Fristen für die Auszahlung
Bei Aufnahme in wirtschaftliche Hilfe wird die erste Zahlung vorgenommen, wenn die Notlage nachgewiesen ist und eintritt.
Im Sozialhilfebezug legen die Sozialhilfeorgane nach Kapitel D.1 Erläuterungen d Skos (Zeitpunkt und Umfang der Anrechnung und Auszahlung) die Monatszahlungen auf ein Datum fest, das es unterstützten Personen ermöglicht, ihren finanziellen Verpflichtungen innert Frist nachzukommen. Vermieterschaften verlangen in der Regel die Überweisung von Wohnkosten bis Ende eines Monats für den Folgemonat, weshalb Monatszahlungen durch Sozialhilfeorgane auf ein Datum festgelegt werden, dass die pünktliche Mieteinzahlung ermöglicht.

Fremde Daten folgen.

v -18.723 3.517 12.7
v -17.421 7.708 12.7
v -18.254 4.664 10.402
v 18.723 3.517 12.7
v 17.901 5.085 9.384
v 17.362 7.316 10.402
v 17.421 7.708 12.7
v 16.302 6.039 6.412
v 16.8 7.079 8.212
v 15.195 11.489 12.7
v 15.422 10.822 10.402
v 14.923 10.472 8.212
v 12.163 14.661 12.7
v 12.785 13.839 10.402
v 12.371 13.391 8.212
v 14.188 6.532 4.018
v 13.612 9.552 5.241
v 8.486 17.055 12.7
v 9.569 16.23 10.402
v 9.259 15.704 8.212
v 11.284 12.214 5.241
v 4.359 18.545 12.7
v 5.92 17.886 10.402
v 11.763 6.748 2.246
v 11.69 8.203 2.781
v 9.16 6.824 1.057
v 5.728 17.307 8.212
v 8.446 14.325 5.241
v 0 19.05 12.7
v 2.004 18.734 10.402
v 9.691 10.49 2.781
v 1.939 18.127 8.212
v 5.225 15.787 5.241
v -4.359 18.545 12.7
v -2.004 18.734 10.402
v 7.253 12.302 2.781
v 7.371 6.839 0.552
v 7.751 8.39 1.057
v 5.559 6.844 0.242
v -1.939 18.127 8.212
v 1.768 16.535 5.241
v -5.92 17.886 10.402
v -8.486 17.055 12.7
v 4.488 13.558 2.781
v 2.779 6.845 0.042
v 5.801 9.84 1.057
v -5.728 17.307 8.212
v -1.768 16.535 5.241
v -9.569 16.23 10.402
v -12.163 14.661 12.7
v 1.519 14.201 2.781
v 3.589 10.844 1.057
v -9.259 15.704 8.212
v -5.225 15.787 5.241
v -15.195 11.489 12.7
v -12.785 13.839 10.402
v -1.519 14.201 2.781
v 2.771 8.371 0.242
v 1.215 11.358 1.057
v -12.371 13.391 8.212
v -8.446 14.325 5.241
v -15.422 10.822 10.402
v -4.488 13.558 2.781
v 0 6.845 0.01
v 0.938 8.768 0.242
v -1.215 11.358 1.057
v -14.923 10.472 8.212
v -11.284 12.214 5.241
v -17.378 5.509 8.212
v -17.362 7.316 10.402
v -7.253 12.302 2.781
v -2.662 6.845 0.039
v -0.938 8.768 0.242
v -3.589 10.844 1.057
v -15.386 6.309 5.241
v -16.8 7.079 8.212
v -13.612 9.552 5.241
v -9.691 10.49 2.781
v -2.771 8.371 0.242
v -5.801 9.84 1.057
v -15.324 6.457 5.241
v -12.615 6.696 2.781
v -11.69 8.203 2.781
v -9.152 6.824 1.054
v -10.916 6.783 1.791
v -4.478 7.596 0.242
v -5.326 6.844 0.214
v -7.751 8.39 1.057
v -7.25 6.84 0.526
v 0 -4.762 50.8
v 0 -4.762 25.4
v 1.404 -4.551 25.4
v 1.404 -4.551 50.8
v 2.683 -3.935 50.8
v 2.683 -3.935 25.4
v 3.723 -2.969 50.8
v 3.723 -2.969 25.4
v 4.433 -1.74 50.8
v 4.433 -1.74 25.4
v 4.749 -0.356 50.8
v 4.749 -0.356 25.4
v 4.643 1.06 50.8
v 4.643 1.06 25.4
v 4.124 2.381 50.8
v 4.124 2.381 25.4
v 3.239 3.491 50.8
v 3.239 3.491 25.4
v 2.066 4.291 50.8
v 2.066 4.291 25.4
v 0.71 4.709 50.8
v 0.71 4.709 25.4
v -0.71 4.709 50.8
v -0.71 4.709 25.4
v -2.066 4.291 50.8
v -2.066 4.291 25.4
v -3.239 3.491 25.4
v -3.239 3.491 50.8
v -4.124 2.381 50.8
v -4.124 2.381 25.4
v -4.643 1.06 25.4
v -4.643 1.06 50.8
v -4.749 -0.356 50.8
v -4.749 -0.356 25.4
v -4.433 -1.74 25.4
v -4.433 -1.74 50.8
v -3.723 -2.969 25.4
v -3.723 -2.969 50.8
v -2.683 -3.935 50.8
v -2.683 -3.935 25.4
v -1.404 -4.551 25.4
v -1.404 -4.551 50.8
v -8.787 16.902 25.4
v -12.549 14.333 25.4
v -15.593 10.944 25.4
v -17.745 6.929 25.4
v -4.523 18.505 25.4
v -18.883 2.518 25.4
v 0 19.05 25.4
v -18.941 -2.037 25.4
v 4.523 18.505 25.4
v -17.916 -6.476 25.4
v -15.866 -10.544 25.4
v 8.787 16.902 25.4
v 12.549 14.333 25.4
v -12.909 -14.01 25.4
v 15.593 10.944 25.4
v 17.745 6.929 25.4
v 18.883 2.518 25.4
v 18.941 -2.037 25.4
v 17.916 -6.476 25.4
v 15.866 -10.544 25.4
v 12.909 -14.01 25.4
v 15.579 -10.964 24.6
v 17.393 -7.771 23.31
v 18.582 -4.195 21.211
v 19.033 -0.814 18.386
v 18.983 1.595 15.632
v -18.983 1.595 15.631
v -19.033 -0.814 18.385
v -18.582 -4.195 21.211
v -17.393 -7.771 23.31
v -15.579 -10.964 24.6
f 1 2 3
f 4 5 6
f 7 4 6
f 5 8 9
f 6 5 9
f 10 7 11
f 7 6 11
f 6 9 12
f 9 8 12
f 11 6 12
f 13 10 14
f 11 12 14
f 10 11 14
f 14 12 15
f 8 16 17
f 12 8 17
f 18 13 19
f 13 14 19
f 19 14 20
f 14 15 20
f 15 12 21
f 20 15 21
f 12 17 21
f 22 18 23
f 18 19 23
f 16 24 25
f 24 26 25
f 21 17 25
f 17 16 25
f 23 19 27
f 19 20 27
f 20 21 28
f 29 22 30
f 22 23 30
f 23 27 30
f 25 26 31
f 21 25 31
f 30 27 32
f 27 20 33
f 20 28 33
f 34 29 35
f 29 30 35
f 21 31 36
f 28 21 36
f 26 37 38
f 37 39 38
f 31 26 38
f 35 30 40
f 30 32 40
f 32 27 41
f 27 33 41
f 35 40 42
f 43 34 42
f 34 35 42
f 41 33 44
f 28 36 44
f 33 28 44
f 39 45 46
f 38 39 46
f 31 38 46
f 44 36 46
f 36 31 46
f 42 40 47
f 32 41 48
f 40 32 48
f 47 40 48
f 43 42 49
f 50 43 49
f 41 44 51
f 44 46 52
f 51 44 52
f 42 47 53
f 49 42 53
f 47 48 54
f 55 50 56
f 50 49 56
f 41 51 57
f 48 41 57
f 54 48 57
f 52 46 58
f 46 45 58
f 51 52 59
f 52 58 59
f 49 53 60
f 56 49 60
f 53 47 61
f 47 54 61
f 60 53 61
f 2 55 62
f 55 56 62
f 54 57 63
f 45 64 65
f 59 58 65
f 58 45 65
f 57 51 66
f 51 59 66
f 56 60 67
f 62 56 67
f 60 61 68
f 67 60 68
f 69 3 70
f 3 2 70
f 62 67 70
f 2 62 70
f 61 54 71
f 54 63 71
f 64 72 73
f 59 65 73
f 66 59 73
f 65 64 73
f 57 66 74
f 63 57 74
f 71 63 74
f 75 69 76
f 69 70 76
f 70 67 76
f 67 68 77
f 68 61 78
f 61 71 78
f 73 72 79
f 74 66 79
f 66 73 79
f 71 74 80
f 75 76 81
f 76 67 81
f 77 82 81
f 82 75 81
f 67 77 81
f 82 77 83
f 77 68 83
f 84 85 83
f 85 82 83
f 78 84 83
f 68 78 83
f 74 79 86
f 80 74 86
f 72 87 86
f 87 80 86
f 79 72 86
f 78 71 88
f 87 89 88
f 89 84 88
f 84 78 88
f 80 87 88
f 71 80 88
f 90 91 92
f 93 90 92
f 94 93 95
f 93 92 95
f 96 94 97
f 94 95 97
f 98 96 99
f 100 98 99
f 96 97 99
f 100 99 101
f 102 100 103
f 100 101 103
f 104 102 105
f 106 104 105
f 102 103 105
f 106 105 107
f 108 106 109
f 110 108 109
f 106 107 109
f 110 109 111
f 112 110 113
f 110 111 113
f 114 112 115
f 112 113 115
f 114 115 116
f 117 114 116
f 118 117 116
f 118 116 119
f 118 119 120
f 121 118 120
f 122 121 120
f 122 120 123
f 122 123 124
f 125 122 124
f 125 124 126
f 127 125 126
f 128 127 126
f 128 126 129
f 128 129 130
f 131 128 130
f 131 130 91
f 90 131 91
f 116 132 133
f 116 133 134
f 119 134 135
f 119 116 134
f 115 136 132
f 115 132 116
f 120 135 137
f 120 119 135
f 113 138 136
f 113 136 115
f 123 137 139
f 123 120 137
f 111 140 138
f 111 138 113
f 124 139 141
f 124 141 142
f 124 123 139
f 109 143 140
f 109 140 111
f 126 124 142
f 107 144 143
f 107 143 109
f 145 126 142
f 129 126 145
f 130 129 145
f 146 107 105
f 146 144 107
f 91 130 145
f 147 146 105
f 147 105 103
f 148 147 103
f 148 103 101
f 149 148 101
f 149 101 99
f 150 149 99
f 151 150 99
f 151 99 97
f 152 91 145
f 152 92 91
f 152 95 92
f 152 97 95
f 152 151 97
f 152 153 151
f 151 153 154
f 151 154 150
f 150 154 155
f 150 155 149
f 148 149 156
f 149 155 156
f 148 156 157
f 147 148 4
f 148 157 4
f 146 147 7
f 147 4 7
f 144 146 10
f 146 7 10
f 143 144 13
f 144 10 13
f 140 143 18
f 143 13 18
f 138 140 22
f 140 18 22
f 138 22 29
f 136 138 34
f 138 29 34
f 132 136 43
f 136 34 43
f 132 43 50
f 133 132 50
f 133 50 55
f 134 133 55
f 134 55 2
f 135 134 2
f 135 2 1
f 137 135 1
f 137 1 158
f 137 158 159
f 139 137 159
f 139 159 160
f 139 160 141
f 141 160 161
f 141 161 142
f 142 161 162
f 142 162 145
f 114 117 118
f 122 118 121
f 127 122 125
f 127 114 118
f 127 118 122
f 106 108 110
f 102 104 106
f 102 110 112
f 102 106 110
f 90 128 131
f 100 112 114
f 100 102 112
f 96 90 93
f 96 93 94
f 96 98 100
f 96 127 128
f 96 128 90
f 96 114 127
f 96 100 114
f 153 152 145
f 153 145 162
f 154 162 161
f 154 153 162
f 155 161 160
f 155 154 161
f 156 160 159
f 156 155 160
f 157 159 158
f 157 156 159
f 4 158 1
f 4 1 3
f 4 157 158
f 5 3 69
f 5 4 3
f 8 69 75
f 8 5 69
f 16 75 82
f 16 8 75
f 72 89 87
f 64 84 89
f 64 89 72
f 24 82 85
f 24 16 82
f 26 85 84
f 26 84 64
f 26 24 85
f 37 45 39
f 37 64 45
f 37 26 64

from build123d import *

# Parameters (mm, degrees)
F0_R     = 19.05
F0_R_2   = 4.7625
F1_DEPTH = 25.4
F2_DEPTH = 50.8
F4_R     = 12.7
F3_R     = 25.8953
F5_DEPTH = 19.051
F6_DEPTH = 25.4
F7_ANGLE = 90


with BuildPart() as f1:
    # F0 (on Top) → F1 (new body)
    with BuildSketch(Plane.XY):
        Circle(F0_R)
        Circle(F0_R_2, mode=Mode.SUBTRACT)
    extrude(amount=F1_DEPTH)

    # F0 (on Top) → F2 (join)
    with BuildSketch(Plane.XY):
        Circle(F0_R_2)
    extrude(amount=F2_DEPTH)

    # F4
    f4_edges = [f1.edges().sort_by_distance(p)[0] for p in [
        (-19.05, 0, 0),
    ]]
    fillet(f4_edges, radius=F4_R)

    # F3 (on Front) → F5 (cut, through all)
    with BuildSketch(Plane.XZ):
        with Locations((19.05, 0)):
            Circle(F3_R)
    extrude(amount=-F5_DEPTH, mode=Mode.SUBTRACT)

    # F3 (on Front) → F6 (cut)
    with BuildSketch(Plane.XZ):
        with Locations((19.05, 0)):
            Circle(F3_R)
    extrude(amount=F6_DEPTH, mode=Mode.SUBTRACT)


with BuildPart() as f1_1:
    # F7: moved
    add(f1.part.rotate(Axis((0, 0, 0), (0, 0, -1)), F7_ANGLE))


solid = f1_1.part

Einige Gemeinden legen den Auszahlungstag auf den 25. Tag eines Monats für den Folgemonat. Fällt dieser Tag auf einen arbeitsfreien Tag, wird die Auszahlung an letzten Arbeitstag vor dem 25. Tag vorgenommen. Damit ist sichergestellt, dass die Monatszahlung vor Beginn eines Folgemonats auf dem Konto unterstützter Personen eintrifft.
Unterstützte Personen haben grundsätzlich keinen Anspruch auf die Auszahlung an einem bestimmten Tag im Monat. Sie müssen sich aber auf regelmässige Intervalle verlassen können, damit sie ihr Geld selbständig einteilen respektive der Geldfluss planen und u.a. Daueraufträge bei ihrer Bank einrichten können.
Es ist zu empfehlen, die Daten verbindlich festzulegen und die pünktliche Auszahlung sicherzustellen.
Ergänzungen
Für Erwerbstätige, die ihre Löhne direkt auf ihr Konto erhalten, müssen vor einer Monatszahlung in der Regel ihre Lohnabrechnung vorlegen. Erhalten sie ihre Lohnabrechnung erst später, kann zunächst die Vorlage des Kontoauszugs mit der Lohnüberweisung für die Berechnung herangezogen werden. Weil sie den Lohn bereits verfügbar auf ihem Konto haben, ist eine spätere Auszahlung der ergänzenden Sozialhilfeunterstützung in der Regel möglich.
Ist die nachträgliche Auszahlung keine gute Lösung, kann mit Zustimmung der unterstützten Person der Lohn an das zuständige Sozialhilfeorgan abgetreten werden. Damit sind die Leistungen sichergestellt und die Lohnabrechnung muss vor einer Monatszahlung nicht abgewartet werden. Für die Abtretung von laufenden Leistungen ist das Einverständnis unterstützter Personen notwendig. Verweigern sie ihre Unterschrift, weil sie beispielsweise ihren Arbeitgeber nicht über ihren Sozialhilfebezug informieren müssen, ergeht erst eine Auszahlung nach Vorlage der Lohnabrechnung oder Kontoauszug.